MIL ... not sure exactly, she passed away several yrs ago. FIL said she tried for awhile but they gave formula when DH started crying non stop. They lived in Europe at the time & paid big $$ for formula (it wasnt common there then) ...makes me sad they didnt know he would have been fine BFing
The only person I ever knew who breastfed before I had children was my SIL and I thought it was gross then. She helped set me straight when I got pregnant with my dd.
MIL, no, four kids.
My family is pretty BF friendly. My brother's first wife BF both of their kids, and I'm BFing DD who will turn one next week.
As far as DH's family is concerned, the only person who has BF besides me is a SIL, who BF her son until he was two, but she got no support from the family and even some sniffing disapproval from MIL. I'm sure I'm in for the same treatment but, luckily, we don't live near her so her oppertunities to dissaprove are few and far between.
My baby is almost three months old and they can't believe she isn't eating anything but boob juice!
I never knew anything about breastfeeding until I was a nanny for a breastfeeding mom.
My MIL breastfed my husband and his older brother for a few months each before she weaned them.
Momma to Sweet Rosie 7/06, Lost Baby J 1/09 at 12 weeks pregnant, Spitfire Ada born 4/21/10, and Baby Boy due July/August 2013!
Aspiring urban homesteader, photographer, homeschooling momma! Blog link in my profile.
my entire in-law side of the family formula fed and thinks bfing is nasty. i think they're nasty....hehe
My MIL breastfed all 4 of her kids, for about the same time. I have 3 SILs, with 8 kids between them. All breastfed.
But, the old advice is pretty funny. My mom gave me the washcloth advice, too, and she was told to wipe off her nipples with sterilized water before each feeding. And, she had to give 1 ounce of water after each feeding. She's always shocked when I just stop and nurse anywhere, without a big production. And MIL told me all about the best advice she ever got was to have dh eating 3 meals ( meaning breastmilk) a day by the time he was 2 months old. : She's kind of a food nazi anyway, so I was able to easily blow off that advice.

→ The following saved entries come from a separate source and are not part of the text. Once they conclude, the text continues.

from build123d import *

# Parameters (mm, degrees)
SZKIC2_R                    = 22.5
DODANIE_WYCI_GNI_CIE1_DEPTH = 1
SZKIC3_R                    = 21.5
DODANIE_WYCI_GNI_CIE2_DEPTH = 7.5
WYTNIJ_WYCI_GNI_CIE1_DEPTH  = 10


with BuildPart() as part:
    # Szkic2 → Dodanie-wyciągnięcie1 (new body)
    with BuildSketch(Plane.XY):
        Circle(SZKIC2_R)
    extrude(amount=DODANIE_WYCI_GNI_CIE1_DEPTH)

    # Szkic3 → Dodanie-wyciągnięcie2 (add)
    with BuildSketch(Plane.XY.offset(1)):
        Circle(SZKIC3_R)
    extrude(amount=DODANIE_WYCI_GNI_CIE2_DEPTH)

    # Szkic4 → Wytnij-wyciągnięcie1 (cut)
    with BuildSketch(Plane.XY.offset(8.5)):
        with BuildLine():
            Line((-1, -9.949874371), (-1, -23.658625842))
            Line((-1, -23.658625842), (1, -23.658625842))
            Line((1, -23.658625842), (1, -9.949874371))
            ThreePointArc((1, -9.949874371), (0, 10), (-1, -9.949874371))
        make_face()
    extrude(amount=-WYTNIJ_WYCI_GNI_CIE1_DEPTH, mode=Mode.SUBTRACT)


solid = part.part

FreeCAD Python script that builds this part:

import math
import FreeCAD as App
import Part
import Sketcher

V = App.Vector
Q = App.Units.Quantity

doc = App.newDocument("Part")
body = doc.addObject("PartDesign::Body", "Body")

# Sketch on XY plane
sketch1 = body.newObject("Sketcher::SketchObject", "Sketch")
sketch1.AttachmentSupport = (doc.getObject("XY_Plane"), [""])
sketch1.MapMode = "FlatFace"
sketch1.addGeometry(Part.Circle(V(0, 0, 0), V(0, 0, 1), 22), False)
sketch1.addConstraint(Sketcher.Constraint("Coincident", 0, 3, -1, 1))
sketch1.addConstraint(Sketcher.Constraint("Diameter", 0, Q("45 mm")))
pad1 = body.newObject("PartDesign::Pad", "Pad")
pad1.Profile = sketch1
pad1.Length = 1

# Sketch on XY plane
sketch2 = body.newObject("Sketcher::SketchObject", "Sketch001")
sketch2.AttachmentSupport = (doc.getObject("XY_Plane"), [""])
sketch2.MapMode = "FlatFace"
sketch2.AttachmentOffset = App.Placement(V(0, 0, 1), App.Rotation())
sketch2.addGeometry(Part.Circle(V(0, 0, 0), V(0, 0, 1), 22), False)
sketch2.addConstraint(Sketcher.Constraint("Coincident", 0, 3, -1, 1))
sketch2.addConstraint(Sketcher.Constraint("Diameter", 0, Q("43 mm")))
pad2 = body.newObject("PartDesign::Pad", "Pad001")
pad2.Profile = sketch2
pad2.Length = 7.5

# Sketch on XY plane
sketch3 = body.newObject("Sketcher::SketchObject", "Sketch002")
sketch3.AttachmentSupport = (doc.getObject("XY_Plane"), [""])
sketch3.MapMode = "FlatFace"
sketch3.AttachmentOffset = App.Placement(V(0, 0, 8.5), App.Rotation())
sketch3.addGeometry(Part.LineSegment(V(-1, -9.9, 0), V(-1, -23.7, 0)), False)
sketch3.addGeometry(Part.LineSegment(V(-1, -23.7, 0), V(1, -23.7, 0)), False)
sketch3.addGeometry(Part.LineSegment(V(1, -23.7, 0), V(1, -9.9, 0)), False)
sketch3.addGeometry(Part.ArcOfCircle(Part.Circle(V(0, 0, 0), V(0, 0, 1), 10), math.radians(-84), math.radians(264)), False)
sketch3.addConstraint(Sketcher.Constraint("Coincident", 0, 2, 1, 1))
sketch3.addConstraint(Sketcher.Constraint("Coincident", 1, 2, 2, 1))
sketch3.addConstraint(Sketcher.Constraint("Coincident", 2, 2, 3, 1))
sketch3.addConstraint(Sketcher.Constraint("Coincident", 3, 2, 0, 1))
sketch3.addConstraint(Sketcher.Constraint("Vertical", 0))
sketch3.addConstraint(Sketcher.Constraint("Horizontal", 1))
sketch3.addConstraint(Sketcher.Constraint("Vertical", 2))
sketch3.addConstraint(Sketcher.Constraint("Coincident", 3, 3, -1, 1))
sketch3.addConstraint(Sketcher.Constraint("Horizontal", 2, 2, 3, 2))
sketch3.addConstraint(Sketcher.Constraint("Radius", 3, Q("10 mm")))
sketch3.addConstraint(Sketcher.Constraint("DistanceX", 1, 1, 1, 2, Q("2 mm")))
sketch3.addConstraint(Sketcher.Constraint("DistanceY", 0, 2, 0, 1, Q("13.708751 mm")))
pocket1 = body.newObject("PartDesign::Pocket", "Pocket")
pocket1.Profile = sketch3
pocket1.Length = 10

doc.recompute()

Did your mom/MIL breastfeed their children and did that influence or not influence you?
My mother nursed as did her sister, SIL, mother, grandmother...apparently my whole maternal line nursed.
My mil did not nurse any of her children and was very negative about nursing baby....I wouldn't make it, wouldn't have enough, what would I do in public, etc. etc.
Because of my mom, I knew that I would nurse, because of MIL I was adament to be successful at nursing.
Mama to Max 9, Neva 7, & Esme 4 and Julius 2.
My mom BF me and my brother and sister (twins born at 32 wks I think). When my brother was in the NICU for a bit after birth, she pumped for him, and got up to 1/2 -1 gallon a day!! Then used the SNS until he was strong enough to feed from the breast.
However, she did try to start cereal at 2 mos because that was the advice then-- we didn't like it, so she waited. We then weaned ourselves before a year as I recall her saying.
My MIL bf all of her 5 children (after having them naturally-- and this was the 60s) until self-wean, when they went straight to the cup. I don't know when she started solids.
Oh, and it didn't influence me-- I was already determined to bf, but the support was really important, especially in those first weeks after my milk came in.
Ok, reading the thread-- i did nurse my dolls as a kid, so i bet my mom's nursing had a big effect on me, even if I don't realize it.
My adoptive mother did not breastfeed her biological children. When I asked her about whether or not she BF'd she said something like, "No way, I never intended to."
MIL BF'd DS #1 for 6 weeks. She spoke very negatively about her experience of BFing while I was pregnant. She didn't BF my DH (her DS #2) at all because she thought it would be too difficult to run around after her fist son and BF. She did express some feelings of guilt about not BFing DH.
All that being said, everyone (in my family) has been very supportive of my breastfeeding. My mom (adoptive) suggested that I attend BF support groups. MIL is horribly uninformed re: Breast milk (she kept trying to get us to give DD water and has said other silly things), however is supportive of me BFing. It's actually stunning to me how uninformed people in general are of Breastmilk. We educate, We educate!
What influenced me to BF? I just always thought if I ever had a baby I would BF. In fact, I thought that was one of the bonuses of having a baby. I have always had a romantic view of breastfeeding. What could be more cool than to nurture a whole other human from your breast?